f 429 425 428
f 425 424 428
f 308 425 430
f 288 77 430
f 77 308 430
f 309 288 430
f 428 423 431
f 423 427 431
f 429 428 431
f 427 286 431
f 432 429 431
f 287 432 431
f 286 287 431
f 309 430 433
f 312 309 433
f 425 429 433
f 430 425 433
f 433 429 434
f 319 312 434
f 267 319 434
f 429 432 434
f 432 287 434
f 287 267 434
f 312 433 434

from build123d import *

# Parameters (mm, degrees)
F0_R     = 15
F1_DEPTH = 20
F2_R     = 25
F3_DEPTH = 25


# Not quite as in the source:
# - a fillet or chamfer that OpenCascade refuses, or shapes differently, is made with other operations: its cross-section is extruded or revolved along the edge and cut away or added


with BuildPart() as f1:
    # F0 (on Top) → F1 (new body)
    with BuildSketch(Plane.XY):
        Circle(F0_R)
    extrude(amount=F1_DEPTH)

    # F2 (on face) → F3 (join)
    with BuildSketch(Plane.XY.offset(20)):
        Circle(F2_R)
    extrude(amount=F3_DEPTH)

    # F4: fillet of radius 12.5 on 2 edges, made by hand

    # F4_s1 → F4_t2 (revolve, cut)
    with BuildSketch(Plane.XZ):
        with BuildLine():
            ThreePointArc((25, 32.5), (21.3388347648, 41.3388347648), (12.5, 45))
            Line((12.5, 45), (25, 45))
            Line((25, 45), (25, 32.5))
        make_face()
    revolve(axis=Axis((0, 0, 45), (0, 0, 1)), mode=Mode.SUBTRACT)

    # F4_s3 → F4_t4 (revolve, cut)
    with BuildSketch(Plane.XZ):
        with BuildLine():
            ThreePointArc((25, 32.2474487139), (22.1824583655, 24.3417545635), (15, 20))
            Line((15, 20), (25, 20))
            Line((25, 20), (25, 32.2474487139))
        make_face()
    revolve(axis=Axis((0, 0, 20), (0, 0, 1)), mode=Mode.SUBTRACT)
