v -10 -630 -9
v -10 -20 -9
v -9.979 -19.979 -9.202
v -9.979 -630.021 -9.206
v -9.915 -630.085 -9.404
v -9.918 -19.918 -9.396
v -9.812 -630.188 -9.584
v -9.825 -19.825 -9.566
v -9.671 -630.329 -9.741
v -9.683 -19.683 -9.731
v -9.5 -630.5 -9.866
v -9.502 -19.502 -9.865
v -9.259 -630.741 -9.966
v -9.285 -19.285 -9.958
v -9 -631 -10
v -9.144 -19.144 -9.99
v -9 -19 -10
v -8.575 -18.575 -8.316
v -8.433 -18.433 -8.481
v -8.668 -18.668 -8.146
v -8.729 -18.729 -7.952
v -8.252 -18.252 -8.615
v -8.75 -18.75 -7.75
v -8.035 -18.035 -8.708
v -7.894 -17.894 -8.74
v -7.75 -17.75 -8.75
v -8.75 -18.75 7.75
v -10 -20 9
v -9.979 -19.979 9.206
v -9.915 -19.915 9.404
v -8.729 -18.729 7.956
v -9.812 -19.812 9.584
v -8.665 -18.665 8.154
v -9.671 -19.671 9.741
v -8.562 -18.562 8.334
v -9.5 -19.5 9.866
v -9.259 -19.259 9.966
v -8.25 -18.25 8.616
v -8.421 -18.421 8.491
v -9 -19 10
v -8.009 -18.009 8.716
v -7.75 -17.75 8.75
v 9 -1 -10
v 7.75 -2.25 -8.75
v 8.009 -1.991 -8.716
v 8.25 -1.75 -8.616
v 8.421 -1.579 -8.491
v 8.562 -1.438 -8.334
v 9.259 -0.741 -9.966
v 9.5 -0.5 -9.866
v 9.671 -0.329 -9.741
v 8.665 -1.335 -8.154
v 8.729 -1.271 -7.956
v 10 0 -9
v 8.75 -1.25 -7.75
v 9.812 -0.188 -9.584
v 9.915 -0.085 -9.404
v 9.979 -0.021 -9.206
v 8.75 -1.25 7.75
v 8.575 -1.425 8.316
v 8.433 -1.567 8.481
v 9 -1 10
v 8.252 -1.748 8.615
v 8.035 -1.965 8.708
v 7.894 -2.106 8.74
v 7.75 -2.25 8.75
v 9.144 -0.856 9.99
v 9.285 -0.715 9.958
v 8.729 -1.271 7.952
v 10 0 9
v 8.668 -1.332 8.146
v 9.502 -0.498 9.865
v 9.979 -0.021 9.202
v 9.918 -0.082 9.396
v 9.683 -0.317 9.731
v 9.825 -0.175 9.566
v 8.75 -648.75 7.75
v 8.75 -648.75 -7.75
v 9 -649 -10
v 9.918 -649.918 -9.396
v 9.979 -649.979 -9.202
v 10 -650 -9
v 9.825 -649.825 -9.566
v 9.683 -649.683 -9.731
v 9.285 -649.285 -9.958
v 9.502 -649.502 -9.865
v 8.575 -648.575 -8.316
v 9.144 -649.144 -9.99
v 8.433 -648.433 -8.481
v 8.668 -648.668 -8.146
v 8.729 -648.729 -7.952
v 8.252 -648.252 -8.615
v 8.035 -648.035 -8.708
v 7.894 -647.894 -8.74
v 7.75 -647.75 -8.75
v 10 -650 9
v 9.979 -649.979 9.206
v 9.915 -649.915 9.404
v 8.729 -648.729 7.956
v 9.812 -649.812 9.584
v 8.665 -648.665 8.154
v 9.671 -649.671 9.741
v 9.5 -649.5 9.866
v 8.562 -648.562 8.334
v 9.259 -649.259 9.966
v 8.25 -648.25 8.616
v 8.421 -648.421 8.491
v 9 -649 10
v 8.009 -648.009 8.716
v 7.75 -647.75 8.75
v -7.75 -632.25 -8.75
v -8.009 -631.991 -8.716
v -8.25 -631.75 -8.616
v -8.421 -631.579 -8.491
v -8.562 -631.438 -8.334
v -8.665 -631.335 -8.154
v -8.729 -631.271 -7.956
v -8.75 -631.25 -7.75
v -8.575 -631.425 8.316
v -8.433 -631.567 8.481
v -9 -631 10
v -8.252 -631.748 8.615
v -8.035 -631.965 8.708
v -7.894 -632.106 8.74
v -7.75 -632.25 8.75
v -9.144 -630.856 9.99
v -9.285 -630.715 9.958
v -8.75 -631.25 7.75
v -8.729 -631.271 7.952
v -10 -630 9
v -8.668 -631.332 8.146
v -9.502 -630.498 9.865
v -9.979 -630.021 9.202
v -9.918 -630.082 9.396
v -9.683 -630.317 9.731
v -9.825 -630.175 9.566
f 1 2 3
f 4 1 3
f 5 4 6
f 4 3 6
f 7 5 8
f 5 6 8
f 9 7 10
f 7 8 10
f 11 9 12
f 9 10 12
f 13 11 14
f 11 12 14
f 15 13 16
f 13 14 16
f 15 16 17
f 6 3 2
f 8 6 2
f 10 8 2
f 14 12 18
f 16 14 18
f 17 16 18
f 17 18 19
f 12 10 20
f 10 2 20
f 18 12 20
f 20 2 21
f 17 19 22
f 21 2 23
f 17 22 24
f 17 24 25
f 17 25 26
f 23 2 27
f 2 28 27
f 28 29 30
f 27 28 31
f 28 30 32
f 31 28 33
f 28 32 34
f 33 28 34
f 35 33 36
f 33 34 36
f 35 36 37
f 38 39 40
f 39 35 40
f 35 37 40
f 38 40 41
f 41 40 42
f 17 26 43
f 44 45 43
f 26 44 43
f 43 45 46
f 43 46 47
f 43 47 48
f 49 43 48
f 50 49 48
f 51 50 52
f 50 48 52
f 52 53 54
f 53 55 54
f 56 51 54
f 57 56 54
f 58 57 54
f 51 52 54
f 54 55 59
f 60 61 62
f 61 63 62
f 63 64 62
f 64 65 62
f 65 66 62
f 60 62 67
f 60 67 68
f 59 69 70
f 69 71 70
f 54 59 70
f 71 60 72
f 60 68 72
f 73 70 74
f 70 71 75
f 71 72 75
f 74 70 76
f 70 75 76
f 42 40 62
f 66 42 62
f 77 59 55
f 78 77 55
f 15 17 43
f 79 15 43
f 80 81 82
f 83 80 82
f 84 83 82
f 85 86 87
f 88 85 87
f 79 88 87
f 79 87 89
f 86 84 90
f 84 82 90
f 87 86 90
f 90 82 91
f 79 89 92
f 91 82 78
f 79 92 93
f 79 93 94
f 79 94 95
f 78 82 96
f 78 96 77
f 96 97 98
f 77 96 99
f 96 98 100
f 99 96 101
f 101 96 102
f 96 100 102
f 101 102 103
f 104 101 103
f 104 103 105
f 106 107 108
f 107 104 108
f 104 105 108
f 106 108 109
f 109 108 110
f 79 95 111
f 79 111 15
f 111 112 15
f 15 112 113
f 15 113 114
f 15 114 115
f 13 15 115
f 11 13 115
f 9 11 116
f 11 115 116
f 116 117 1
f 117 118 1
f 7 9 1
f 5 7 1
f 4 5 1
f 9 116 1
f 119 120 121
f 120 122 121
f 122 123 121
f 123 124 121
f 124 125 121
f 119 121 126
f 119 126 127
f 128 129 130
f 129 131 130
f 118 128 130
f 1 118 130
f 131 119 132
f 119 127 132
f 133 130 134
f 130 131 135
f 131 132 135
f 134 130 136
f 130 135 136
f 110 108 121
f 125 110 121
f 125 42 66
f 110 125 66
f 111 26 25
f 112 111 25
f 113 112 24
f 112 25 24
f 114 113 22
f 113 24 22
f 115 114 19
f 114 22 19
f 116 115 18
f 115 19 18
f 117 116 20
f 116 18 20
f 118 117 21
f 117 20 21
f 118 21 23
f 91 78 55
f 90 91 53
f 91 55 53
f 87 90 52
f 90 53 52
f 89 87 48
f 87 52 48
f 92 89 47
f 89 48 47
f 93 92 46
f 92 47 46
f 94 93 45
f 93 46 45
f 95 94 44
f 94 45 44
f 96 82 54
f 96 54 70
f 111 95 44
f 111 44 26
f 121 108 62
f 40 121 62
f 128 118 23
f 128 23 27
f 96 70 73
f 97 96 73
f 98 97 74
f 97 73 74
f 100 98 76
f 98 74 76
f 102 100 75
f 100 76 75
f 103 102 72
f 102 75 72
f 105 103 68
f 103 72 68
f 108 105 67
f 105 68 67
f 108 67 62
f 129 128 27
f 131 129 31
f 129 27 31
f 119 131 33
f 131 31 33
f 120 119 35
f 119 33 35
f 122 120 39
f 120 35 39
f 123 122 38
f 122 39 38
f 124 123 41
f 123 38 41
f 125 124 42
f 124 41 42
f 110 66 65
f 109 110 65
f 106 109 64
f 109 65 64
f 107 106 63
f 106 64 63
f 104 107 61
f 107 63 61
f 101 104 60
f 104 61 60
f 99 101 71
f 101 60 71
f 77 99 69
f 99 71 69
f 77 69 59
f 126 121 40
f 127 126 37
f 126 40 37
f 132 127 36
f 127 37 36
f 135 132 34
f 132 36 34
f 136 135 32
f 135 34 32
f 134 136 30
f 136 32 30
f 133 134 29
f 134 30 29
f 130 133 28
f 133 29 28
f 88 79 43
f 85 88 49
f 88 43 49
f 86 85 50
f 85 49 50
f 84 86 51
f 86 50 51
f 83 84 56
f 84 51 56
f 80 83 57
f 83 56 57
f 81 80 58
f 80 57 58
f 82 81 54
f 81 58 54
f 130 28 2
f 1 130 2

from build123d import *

# Parameters (mm, degrees)
F1_DEPTH = 650
F3_DEPTH = 20


with BuildPart() as f1:
    # F0 (on Front) → F1 (new body)
    with BuildSketch(Plane.XZ):
        with BuildLine():
            Line((9, 10), (-9, 10))
            ThreePointArc((-9, 10), (-9.707107, 9.707107), (-10, 9))
            Line((-10, 9), (-10, -9))
            ThreePointArc((-10, -9), (-9.707107, -9.707107), (-9, -10))
            Line((-9, -10), (9, -10))
            ThreePointArc((9, -10), (9.707107, -9.707107), (10, -9))
            Line((10, -9), (10, 9))
            ThreePointArc((10, 9), (9.707107, 9.707107), (9, 10))
        make_face()
        with BuildLine():
            ThreePointArc((-8.75, 7.75), (-8.457107, 8.457107), (-7.75, 8.75))
            Line((-7.75, 8.75), (7.75, 8.75))
            ThreePointArc((7.75, 8.75), (8.457107, 8.457107), (8.75, 7.75))
            Line((8.75, 7.75), (8.75, -7.75))
            ThreePointArc((8.75, -7.75), (8.457107, -8.457107), (7.75, -8.75))
            Line((7.75, -8.75), (-7.75, -8.75))
            ThreePointArc((-7.75, -8.75), (-8.457107, -8.457107), (-8.75, -7.75))
            Line((-8.75, -7.75), (-8.75, 7.75))
        make_face(mode=Mode.SUBTRACT)
    extrude(amount=F1_DEPTH)

    # F2 (on face) → F3 (cut)
    with BuildSketch(Plane.XY.offset(10)):
        Polygon((-9, -650), (9, -650), (9, -649), (-9, -631), align=None)
        Polygon((-10, -650), (-9, -650), (-9, -631), (-10, -630), align=None)
        Polygon((9, -649), (9, -650), (10, -650), align=None)
        Polygon((9, 0), (9, -1), (10, 0), align=None)
        Polygon((-9, -19), (9, -1), (9, 0), (-9, 0), align=None)
        Polygon((-10, -20), (-9, -19), (-9, 0), (-10, 0), align=None)
    extrude(amount=-F3_DEPTH, mode=Mode.SUBTRACT)


solid = f1.part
• • • • • • •
■ **About this exercise**
For each line in the entries that holds "fillet", return that line.

■ **Task answer**
# - a fillet or chamfer that OpenCascade refuses, or shapes differently, is made with other operations: its cross-section is extruded or revolved along the edge and cut away or added
    # F4: fillet of radius 12.5 on 2 edges, made by hand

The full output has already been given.